Don’t let me down, don’t give up, don’t give in,

The rain comes down, cold wind blows,

The plans we made are back up on the road,

Turn up my collar, welcome the unknown,

Remember that you said,

‘One day you’ll walk alone.’”

 – Excerpt from ‘Addicted to Chaos’ by Dave Mustaine / Megadeth (1994)

 

Usually, when people are diagnosed by a medical professional with a serious illness, it is a source of sadness and worry. What will happen next? Will this illness destroy me? Or damage me irreparably? What does the future hold?

Well, for me, being Diagnosis Day was a day of great relief – not happiness of course – but a day of knowledge, where a door opened. Until this moment, I had been fighting my whole life – fighting against an enemy which had no name.

Ever since I was a small boy, this enemy, an audible Voice in my head – it always told me how useless I was and it always told me that I was doing everything wrong. The voice became louder as I entered my teenage years and at times, quite frankly, I didn’t want to be alive anymore.

If I smiled at somebody, the voice told me that the person I was smiling at was only pretending to be my friend – they would betray me soon enough. If I did well at school, the Voice told me that my teachers were just being kind because that’s what teachers are meant to do – compliment kids. Every girl who liked me – well, they felt sorry for me. Every good day I had – well, it was just another day closer to the next disaster.

They would betray me sooner or later – they all will.

The Voice was ruthless, malicious and unrelenting – it tried to pull me down under the ocean on good days, and prevented from staying afloat on bad days. The bad days would then become disastrous days very quickly with my mind and heart unravelling rapidly, sometimes within minutes of a seemingly insignificant incident or conversation – cutting my arms with a kitchen knife one day, then ramming a hole in my thigh with my cartridge pen the next. On one occasion, I put my fist through a window and watched the blood drip onto the floor with great satisfaction.

There, voice! Are you happy? Are you happy now? Are you bloody happy?

But The Voice was never happy with me. Never. It always wanted more – more pain, more blood.

I won’t give you all the details (not before the watershed) but my friendships would last a few months, a few weeks and even sometimes a few days.

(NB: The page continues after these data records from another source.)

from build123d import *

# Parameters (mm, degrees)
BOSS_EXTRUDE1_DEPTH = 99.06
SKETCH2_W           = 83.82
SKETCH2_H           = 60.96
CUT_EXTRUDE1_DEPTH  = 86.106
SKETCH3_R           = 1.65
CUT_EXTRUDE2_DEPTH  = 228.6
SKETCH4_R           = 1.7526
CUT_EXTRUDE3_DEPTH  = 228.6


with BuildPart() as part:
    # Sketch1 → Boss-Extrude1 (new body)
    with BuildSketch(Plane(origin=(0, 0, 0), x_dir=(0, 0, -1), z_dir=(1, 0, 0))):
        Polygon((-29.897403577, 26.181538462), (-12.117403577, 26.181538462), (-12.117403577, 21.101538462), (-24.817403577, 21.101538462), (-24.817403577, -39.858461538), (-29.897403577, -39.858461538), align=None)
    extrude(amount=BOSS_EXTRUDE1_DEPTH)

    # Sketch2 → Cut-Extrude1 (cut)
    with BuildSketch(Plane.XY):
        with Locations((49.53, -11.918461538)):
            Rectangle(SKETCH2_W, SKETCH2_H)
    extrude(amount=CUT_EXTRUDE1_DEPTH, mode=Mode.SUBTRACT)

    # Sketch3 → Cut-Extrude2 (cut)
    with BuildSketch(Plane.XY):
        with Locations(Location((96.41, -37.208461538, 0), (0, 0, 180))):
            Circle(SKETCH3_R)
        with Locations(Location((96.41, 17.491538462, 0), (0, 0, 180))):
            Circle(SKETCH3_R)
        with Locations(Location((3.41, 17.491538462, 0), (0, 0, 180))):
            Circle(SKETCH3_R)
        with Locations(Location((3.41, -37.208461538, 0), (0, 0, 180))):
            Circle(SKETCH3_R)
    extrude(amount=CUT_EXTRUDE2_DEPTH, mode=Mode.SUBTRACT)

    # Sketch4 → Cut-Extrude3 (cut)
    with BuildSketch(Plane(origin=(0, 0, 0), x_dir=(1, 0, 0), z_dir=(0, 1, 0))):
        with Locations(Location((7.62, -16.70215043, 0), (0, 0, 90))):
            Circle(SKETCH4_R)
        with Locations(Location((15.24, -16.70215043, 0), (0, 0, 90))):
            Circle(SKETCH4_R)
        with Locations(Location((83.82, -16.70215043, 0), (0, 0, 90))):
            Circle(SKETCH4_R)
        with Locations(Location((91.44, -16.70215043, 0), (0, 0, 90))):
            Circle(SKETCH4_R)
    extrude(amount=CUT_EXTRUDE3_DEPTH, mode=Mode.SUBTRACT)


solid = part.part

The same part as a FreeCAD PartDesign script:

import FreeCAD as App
import Part
import Sketcher
from FreeCAD import Vector
Q = App.Units.Quantity


def add_polygon(sketch, points):
    """Adds a closed chain of lines whose ends are joined by coincident constraints."""
    first, n = sketch.GeometryCount, len(points)
    for a, b in zip(points, points[1:] + points[:1]):
        sketch.addGeometry(Part.LineSegment(App.Vector(*a, 0), App.Vector(*b, 0)), False)
    for i in range(n):
        sketch.addConstraint(Sketcher.Constraint("Coincident", first + i, 2, first + (i + 1) % n, 1))

doc = App.newDocument("Part")
body = doc.addObject("PartDesign::Body", "Body")

sketch1 = body.newObject("Sketcher::SketchObject", "Sketch")
sketch1.AttachmentSupport = (doc.getObject("YZ_Plane"), [""])
sketch1.MapMode = "FlatFace"
add_polygon(sketch1, [(26, 12), (26, 30), (-40, 30), (-40, 25), (21, 25), (21, 12)])
sketch1.addConstraint([
    Sketcher.Constraint("Vertical", 0),
    Sketcher.Constraint("Horizontal", 1),
    Sketcher.Constraint("Vertical", 2),
    Sketcher.Constraint("Horizontal", 3),
    Sketcher.Constraint("Vertical", 4),
    Sketcher.Constraint("Horizontal", 5),
    Sketcher.Constraint("Equal", 5, 2),
    Sketcher.Constraint("DistanceX", 1, 2, 1, 1, Q("2.6 in")),
    Sketcher.Constraint("DistanceX", 3, 1, 3, 2, Q("2.4 in")),
    Sketcher.Constraint("DistanceY", 0, 1, 0, 2, Q("0.7 in")),
    Sketcher.Constraint("DistanceX", -1, 1, 0, 2, 26.181538),
    Sketcher.Constraint("DistanceY", -1, 1, 0, 2, 29.897404),
])
pad1 = body.newObject("PartDesign::Pad", "Pad")
pad1.Profile = sketch1
pad1.Length = Q("3.9 in")

sketch2 = body.newObject("Sketcher::SketchObject", "Sketch001")
sketch2.AttachmentSupport = (doc.getObject("XY_Plane"), [""])
sketch2.MapMode = "FlatFace"
add_polygon(sketch2, [(8, 19), (8, -42), (91, -42), (91, 19)])
sketch2.addConstraint([
    Sketcher.Constraint("Vertical", 0),
    Sketcher.Constraint("Horizontal", 1),
    Sketcher.Constraint("Vertical", 2),
    Sketcher.Constraint("Horizontal", 3),
    Sketcher.Constraint("DistanceX", 1, 1, 1, 2, Q("3.3 in")),
    Sketcher.Constraint("DistanceY", 0, 2, 0, 1, Q("2.4 in")),
    Sketcher.Constraint("DistanceX", -1, 1, 0, 2, Q("0.3 in")),
    Sketcher.Constraint("DistanceY", 0, 2, -1, 1, 42.398462),
])
pocket1 = body.newObject("PartDesign::Pocket", "Pocket")
pocket1.Profile = sketch2
pocket1.Length = Q("3.39 in")
pocket1.Reversed = True

sketch3 = body.newObject("Sketcher::SketchObject", "Sketch002")
sketch3.AttachmentSupport = (doc.getObject("XY_Plane"), [""])
sketch3.MapMode = "FlatFace"
sketch3.addGeometry([
    Part.Circle(Vector(96.4, -37.2, 0), Vector(0, 0, 1), 1.6),
    Part.Circle(Vector(96.4, 17.5, 0), Vector(0, 0, 1), 1.6),
    Part.Circle(Vector(3.4, 17.5, 0), Vector(0, 0, 1), 1.6),
    Part.Circle(Vector(3.4, -37.2, 0), Vector(0, 0, 1), 1.6),
], False)
sketch3.addConstraint([
    Sketcher.Constraint("Equal", 0, 1),
    Sketcher.Constraint("Equal", 1, 2),
    Sketcher.Constraint("Equal", 2, 3),
    Sketcher.Constraint("Horizontal", 1, 3, 2, 3),
    Sketcher.Constraint("Horizontal", 0, 3, 3, 3),
    Sketcher.Constraint("Vertical", 0, 3, 1, 3),
    Sketcher.Constraint("Vertical", 2, 3, 3, 3),
    Sketcher.Constraint("Diameter", 0, 3.3),
    Sketcher.Constraint("DistanceY", 0, 3, -1, 1, Q("1.4649001 in")),
    Sketcher.Constraint("DistanceX", -1, 1, 0, 3, 96.41),
    Sketcher.Constraint("DistanceX", -1, 1, 2, 3, 3.41),
    Sketcher.Constraint("DistanceY", 0, 3, 1, 3, 54.7),
])
pocket2 = body.newObject("PartDesign::Pocket", "Pocket001")
pocket2.Profile = sketch3
pocket2.Length = Q("9 in")
pocket2.Reversed = True

sketch4 = body.newObject("Sketcher::SketchObject", "Sketch003")
sketch4.AttachmentSupport = (doc.getObject("XZ_Plane"), [""])
sketch4.MapMode = "FlatFace"
sketch4.addGeometry([
    Part.Circle(Vector(7.6, 16.7, 0), Vector(0, 0, 1), 1.8),
    Part.Circle(Vector(15.2, 16.7, 0), Vector(0, 0, 1), 1.8),
    Part.Circle(Vector(83.8, 16.7, 0), Vector(0, 0, 1), 1.8),
    Part.Circle(Vector(91.4, 16.7, 0), Vector(0, 0, 1), 1.8),
], False)
sketch4.addConstraint([
    Sketcher.Constraint("Equal", 0, 1),
    Sketcher.Constraint("Equal", 1, 2),
    Sketcher.Constraint("Equal", 2, 3),
    Sketcher.Constraint("Horizontal", 0, 3, 1, 3),
    Sketcher.Constraint("Horizontal", 1, 3, 2, 3),
    Sketcher.Constraint("Horizontal", 2, 3, 3, 3),
    Sketcher.Constraint("Diameter", 0, Q("0.138 in")),
    Sketcher.Constraint("DistanceX", 0, 3, 2, 3, Q("3 in")),
    Sketcher.Constraint("DistanceX", 1, 3, 3, 3, Q("3 in")),
    Sketcher.Constraint("DistanceX", -1, 1, 0, 3, Q("0.3 in")),
    Sketcher.Constraint("DistanceX", -1, 1, 1, 3, Q("0.6 in")),
    Sketcher.Constraint("DistanceY", -1, 1, 0, 3, 16.70215),
])
pocket3 = body.newObject("PartDesign::Pocket", "Pocket002")
pocket3.Profile = sketch4
pocket3.Length = Q("9 in")

doc.recompute()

I would love people with all my heart – then detest them to the point where I would refuse to reply to their texts, emails and would even delete their numbers in case I accidentally replied to them. A friend would say something slightly ‘wrong’ and I would lose the will to live. My relationships were all unstable and I have lost count of the number of friends and family members that I have lost due to my erratic emotional state. It is in the dozens, maybe over a hundred now.

Some of these relationship losses still hurt today, years later.

Strangely – on the face of it though, I was doing well. I was becoming very skilled at hiding how I felt from everybody around me. How could I talk to them about feelings which I myself didn’t understand?

I achieved several GCSEs, passed my A Levels and then completed a degree at University before becoming a teacher in my mid-twenties. But deep inside, there was a void, a massive black hole which I couldn’t fill no matter what I achieved academically.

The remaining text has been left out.